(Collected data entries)
-=-=-

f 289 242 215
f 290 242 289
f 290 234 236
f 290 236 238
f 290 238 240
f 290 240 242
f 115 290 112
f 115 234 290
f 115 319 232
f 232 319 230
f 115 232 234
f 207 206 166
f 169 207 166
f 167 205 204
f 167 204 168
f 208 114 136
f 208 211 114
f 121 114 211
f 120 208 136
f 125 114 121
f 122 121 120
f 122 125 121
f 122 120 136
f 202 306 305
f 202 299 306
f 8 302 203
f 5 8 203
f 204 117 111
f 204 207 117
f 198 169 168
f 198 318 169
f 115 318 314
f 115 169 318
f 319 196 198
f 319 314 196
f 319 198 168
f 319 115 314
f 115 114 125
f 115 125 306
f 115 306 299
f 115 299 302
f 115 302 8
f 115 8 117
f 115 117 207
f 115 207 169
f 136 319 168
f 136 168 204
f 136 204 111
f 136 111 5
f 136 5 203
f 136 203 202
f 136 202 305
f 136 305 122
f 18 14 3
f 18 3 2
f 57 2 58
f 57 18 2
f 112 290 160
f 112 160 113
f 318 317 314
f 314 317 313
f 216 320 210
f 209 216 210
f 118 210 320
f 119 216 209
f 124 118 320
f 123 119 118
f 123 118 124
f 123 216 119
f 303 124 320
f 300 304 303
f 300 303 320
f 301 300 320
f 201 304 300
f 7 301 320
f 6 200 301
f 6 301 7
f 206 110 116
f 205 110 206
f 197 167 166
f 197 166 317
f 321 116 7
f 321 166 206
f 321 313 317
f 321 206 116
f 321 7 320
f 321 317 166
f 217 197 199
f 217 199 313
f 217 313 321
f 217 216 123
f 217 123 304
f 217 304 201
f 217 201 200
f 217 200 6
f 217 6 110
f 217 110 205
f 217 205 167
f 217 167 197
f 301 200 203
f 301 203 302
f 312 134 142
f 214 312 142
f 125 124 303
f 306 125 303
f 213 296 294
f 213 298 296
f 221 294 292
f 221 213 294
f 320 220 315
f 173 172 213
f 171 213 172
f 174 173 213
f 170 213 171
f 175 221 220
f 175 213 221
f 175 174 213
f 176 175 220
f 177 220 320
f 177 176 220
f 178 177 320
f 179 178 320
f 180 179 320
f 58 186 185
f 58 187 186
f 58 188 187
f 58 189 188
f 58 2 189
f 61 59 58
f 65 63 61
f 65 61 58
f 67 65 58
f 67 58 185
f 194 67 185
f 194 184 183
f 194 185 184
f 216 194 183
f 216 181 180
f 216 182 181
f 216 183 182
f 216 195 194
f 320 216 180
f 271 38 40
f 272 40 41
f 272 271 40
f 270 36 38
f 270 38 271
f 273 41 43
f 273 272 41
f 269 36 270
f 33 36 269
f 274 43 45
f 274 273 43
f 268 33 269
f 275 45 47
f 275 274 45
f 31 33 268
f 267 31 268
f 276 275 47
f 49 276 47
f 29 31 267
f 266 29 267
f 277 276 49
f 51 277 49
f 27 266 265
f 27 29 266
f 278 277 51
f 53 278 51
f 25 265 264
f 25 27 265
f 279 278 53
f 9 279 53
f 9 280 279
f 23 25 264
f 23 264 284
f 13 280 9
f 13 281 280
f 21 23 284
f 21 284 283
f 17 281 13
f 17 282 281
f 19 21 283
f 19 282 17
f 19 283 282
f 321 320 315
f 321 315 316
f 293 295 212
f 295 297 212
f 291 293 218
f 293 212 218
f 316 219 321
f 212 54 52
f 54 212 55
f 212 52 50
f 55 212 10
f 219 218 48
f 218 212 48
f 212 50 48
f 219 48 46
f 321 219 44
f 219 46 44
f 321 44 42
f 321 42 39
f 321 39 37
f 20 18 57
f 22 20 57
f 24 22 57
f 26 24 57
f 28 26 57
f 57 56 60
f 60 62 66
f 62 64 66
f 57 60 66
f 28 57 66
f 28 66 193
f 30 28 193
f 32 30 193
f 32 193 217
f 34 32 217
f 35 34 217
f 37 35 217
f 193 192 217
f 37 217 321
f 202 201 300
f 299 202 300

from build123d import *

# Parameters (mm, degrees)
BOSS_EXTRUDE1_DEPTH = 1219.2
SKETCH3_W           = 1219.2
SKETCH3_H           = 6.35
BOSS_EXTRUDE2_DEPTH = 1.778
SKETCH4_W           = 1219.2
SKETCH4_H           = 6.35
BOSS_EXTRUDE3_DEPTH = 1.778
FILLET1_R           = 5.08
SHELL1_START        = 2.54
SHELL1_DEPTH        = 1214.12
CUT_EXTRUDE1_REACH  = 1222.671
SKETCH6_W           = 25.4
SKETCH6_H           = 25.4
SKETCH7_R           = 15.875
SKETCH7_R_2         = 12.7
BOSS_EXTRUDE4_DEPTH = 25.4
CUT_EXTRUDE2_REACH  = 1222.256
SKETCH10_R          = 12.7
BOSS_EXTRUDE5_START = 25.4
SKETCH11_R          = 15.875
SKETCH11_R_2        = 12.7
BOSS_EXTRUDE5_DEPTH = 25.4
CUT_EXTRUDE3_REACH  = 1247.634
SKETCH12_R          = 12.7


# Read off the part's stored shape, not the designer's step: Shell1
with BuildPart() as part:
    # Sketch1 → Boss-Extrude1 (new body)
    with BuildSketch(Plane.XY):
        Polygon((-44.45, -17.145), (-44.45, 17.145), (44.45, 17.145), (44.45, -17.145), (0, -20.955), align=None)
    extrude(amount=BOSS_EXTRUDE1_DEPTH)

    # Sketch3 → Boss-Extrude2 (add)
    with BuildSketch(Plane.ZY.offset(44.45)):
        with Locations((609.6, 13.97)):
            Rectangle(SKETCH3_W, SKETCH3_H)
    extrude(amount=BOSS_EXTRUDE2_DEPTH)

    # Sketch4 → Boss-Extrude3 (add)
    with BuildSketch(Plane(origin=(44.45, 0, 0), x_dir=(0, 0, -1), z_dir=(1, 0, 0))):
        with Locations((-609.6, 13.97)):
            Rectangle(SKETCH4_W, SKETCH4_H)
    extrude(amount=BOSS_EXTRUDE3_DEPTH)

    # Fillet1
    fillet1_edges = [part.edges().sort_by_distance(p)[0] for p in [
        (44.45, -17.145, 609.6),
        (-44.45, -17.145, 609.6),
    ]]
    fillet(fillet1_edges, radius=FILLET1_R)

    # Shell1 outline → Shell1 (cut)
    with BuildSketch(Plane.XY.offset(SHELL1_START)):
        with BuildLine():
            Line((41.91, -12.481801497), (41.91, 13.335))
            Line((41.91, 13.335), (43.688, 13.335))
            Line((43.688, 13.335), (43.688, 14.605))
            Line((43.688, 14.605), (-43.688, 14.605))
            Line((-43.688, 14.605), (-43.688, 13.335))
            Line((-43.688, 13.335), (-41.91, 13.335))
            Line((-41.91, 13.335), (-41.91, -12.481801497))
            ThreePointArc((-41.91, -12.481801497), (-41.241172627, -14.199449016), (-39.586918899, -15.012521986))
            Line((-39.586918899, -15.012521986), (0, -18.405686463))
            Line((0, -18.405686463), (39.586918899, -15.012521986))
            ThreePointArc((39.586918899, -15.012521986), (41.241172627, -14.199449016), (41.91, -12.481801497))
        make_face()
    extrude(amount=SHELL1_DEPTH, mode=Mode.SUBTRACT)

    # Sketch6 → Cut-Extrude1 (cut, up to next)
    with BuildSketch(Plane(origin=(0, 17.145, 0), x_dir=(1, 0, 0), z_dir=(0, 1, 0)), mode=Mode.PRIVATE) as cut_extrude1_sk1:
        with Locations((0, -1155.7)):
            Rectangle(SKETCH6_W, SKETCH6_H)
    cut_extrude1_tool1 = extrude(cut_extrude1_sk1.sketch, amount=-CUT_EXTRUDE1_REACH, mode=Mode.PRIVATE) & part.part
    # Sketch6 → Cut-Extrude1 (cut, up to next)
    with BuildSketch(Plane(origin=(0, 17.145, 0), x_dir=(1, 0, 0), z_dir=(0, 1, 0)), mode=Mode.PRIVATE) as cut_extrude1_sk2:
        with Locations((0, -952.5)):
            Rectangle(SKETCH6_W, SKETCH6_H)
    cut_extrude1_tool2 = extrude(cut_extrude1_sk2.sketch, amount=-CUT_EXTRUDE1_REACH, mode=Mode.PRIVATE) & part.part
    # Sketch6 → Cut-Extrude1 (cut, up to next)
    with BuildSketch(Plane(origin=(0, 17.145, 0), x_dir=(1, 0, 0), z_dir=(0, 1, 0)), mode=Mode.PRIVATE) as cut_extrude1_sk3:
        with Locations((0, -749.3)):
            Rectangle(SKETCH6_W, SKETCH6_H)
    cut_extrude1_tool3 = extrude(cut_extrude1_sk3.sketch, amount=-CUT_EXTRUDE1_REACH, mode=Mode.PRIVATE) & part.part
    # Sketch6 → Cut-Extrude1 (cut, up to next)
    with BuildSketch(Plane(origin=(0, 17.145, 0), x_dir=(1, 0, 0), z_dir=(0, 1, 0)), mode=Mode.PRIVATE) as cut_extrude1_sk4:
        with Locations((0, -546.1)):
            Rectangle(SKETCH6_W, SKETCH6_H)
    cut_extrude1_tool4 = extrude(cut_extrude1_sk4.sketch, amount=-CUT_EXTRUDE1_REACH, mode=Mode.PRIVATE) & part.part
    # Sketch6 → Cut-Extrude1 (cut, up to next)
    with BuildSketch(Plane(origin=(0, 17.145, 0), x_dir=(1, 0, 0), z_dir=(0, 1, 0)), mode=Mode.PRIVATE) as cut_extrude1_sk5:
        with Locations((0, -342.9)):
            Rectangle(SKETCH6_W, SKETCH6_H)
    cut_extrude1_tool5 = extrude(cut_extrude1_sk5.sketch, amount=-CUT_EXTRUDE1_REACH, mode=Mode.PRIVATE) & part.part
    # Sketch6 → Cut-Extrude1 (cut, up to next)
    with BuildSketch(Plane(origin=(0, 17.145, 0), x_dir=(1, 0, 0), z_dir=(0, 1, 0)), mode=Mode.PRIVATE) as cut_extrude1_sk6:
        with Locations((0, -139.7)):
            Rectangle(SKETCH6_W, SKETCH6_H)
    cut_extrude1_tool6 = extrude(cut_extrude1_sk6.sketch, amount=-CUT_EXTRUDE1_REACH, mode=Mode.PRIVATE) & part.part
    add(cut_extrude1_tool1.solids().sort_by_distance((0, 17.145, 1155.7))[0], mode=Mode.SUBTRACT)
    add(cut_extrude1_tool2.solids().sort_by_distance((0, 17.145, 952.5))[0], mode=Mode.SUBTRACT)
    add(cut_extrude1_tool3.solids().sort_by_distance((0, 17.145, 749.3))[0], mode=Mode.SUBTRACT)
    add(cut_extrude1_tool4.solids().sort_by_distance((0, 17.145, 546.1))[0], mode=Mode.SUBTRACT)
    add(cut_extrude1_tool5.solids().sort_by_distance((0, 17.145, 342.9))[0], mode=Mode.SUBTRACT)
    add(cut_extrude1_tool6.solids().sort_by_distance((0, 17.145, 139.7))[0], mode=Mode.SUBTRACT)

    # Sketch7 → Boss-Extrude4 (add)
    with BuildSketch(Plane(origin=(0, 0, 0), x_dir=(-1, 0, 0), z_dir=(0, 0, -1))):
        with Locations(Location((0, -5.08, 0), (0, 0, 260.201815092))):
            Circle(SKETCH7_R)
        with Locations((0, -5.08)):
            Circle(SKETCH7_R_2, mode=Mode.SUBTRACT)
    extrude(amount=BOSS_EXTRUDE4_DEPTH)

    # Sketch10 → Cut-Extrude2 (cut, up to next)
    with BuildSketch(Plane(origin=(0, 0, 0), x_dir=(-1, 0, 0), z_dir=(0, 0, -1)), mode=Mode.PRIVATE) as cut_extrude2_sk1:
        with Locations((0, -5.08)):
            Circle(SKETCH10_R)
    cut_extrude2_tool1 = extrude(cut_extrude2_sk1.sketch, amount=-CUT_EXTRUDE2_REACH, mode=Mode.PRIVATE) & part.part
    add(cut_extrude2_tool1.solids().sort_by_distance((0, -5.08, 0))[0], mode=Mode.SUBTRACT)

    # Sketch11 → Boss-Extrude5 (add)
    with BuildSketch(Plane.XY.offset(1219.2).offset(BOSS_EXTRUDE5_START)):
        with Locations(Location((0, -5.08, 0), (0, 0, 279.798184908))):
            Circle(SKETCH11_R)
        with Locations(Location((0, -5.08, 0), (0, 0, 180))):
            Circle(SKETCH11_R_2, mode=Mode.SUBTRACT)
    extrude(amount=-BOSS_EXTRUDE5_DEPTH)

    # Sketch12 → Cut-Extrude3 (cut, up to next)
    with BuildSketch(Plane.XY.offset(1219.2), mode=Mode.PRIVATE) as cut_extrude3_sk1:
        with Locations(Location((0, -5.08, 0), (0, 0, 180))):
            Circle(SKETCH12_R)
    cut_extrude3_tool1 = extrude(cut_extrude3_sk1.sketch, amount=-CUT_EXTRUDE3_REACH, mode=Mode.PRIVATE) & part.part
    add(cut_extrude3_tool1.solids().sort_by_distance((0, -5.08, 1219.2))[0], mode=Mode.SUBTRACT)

-=-=-

(Work item): Set down exactly the lines that begin with the one containing "17.145, 749.3))[0], mode=Mode.SUBTRACT)" and end with the last line above, and no others.

(Answer box):
    add(cut_extrude1_tool3.solids().sort_by_distance((0, 17.145, 749.3))[0], mode=Mode.SUBTRACT)
    add(cut_extrude1_tool4.solids().sort_by_distance((0, 17.145, 546.1))[0], mode=Mode.SUBTRACT)
    add(cut_extrude1_tool5.solids().sort_by_distance((0, 17.145, 342.9))[0], mode=Mode.SUBTRACT)
    add(cut_extrude1_tool6.solids().sort_by_distance((0, 17.145, 139.7))[0], mode=Mode.SUBTRACT)

    # Sketch7 → Boss-Extrude4 (add)
    with BuildSketch(Plane(origin=(0, 0, 0), x_dir=(-1, 0, 0), z_dir=(0, 0, -1))):
        with Locations(Location((0, -5.08, 0), (0, 0, 260.201815092))):
            Circle(SKETCH7_R)
        with Locations((0, -5.08)):
            Circle(SKETCH7_R_2, mode=Mode.SUBTRACT)
    extrude(amount=BOSS_EXTRUDE4_DEPTH)

    # Sketch10 → Cut-Extrude2 (cut, up to next)
    with BuildSketch(Plane(origin=(0, 0, 0), x_dir=(-1, 0, 0), z_dir=(0, 0, -1)), mode=Mode.PRIVATE) as cut_extrude2_sk1:
        with Locations((0, -5.08)):
            Circle(SKETCH10_R)
    cut_extrude2_tool1 = extrude(cut_extrude2_sk1.sketch, amount=-CUT_EXTRUDE2_REACH, mode=Mode.PRIVATE) & part.part
    add(cut_extrude2_tool1.solids().sort_by_distance((0, -5.08, 0))[0], mode=Mode.SUBTRACT)

    # Sketch11 → Boss-Extrude5 (add)
    with BuildSketch(Plane.XY.offset(1219.2).offset(BOSS_EXTRUDE5_START)):
        with Locations(Location((0, -5.08, 0), (0, 0, 279.798184908))):
            Circle(SKETCH11_R)
        with Locations(Location((0, -5.08, 0), (0, 0, 180))):
            Circle(SKETCH11_R_2, mode=Mode.SUBTRACT)
    extrude(amount=-BOSS_EXTRUDE5_DEPTH)

    # Sketch12 → Cut-Extrude3 (cut, up to next)
    with BuildSketch(Plane.XY.offset(1219.2), mode=Mode.PRIVATE) as cut_extrude3_sk1:
        with Locations(Location((0, -5.08, 0), (0, 0, 180))):
            Circle(SKETCH12_R)
    cut_extrude3_tool1 = extrude(cut_extrude3_sk1.sketch, amount=-CUT_EXTRUDE3_REACH, mode=Mode.PRIVATE) & part.part
    add(cut_extrude3_tool1.solids().sort_by_distance((0, -5.08, 1219.2))[0], mode=Mode.SUBTRACT)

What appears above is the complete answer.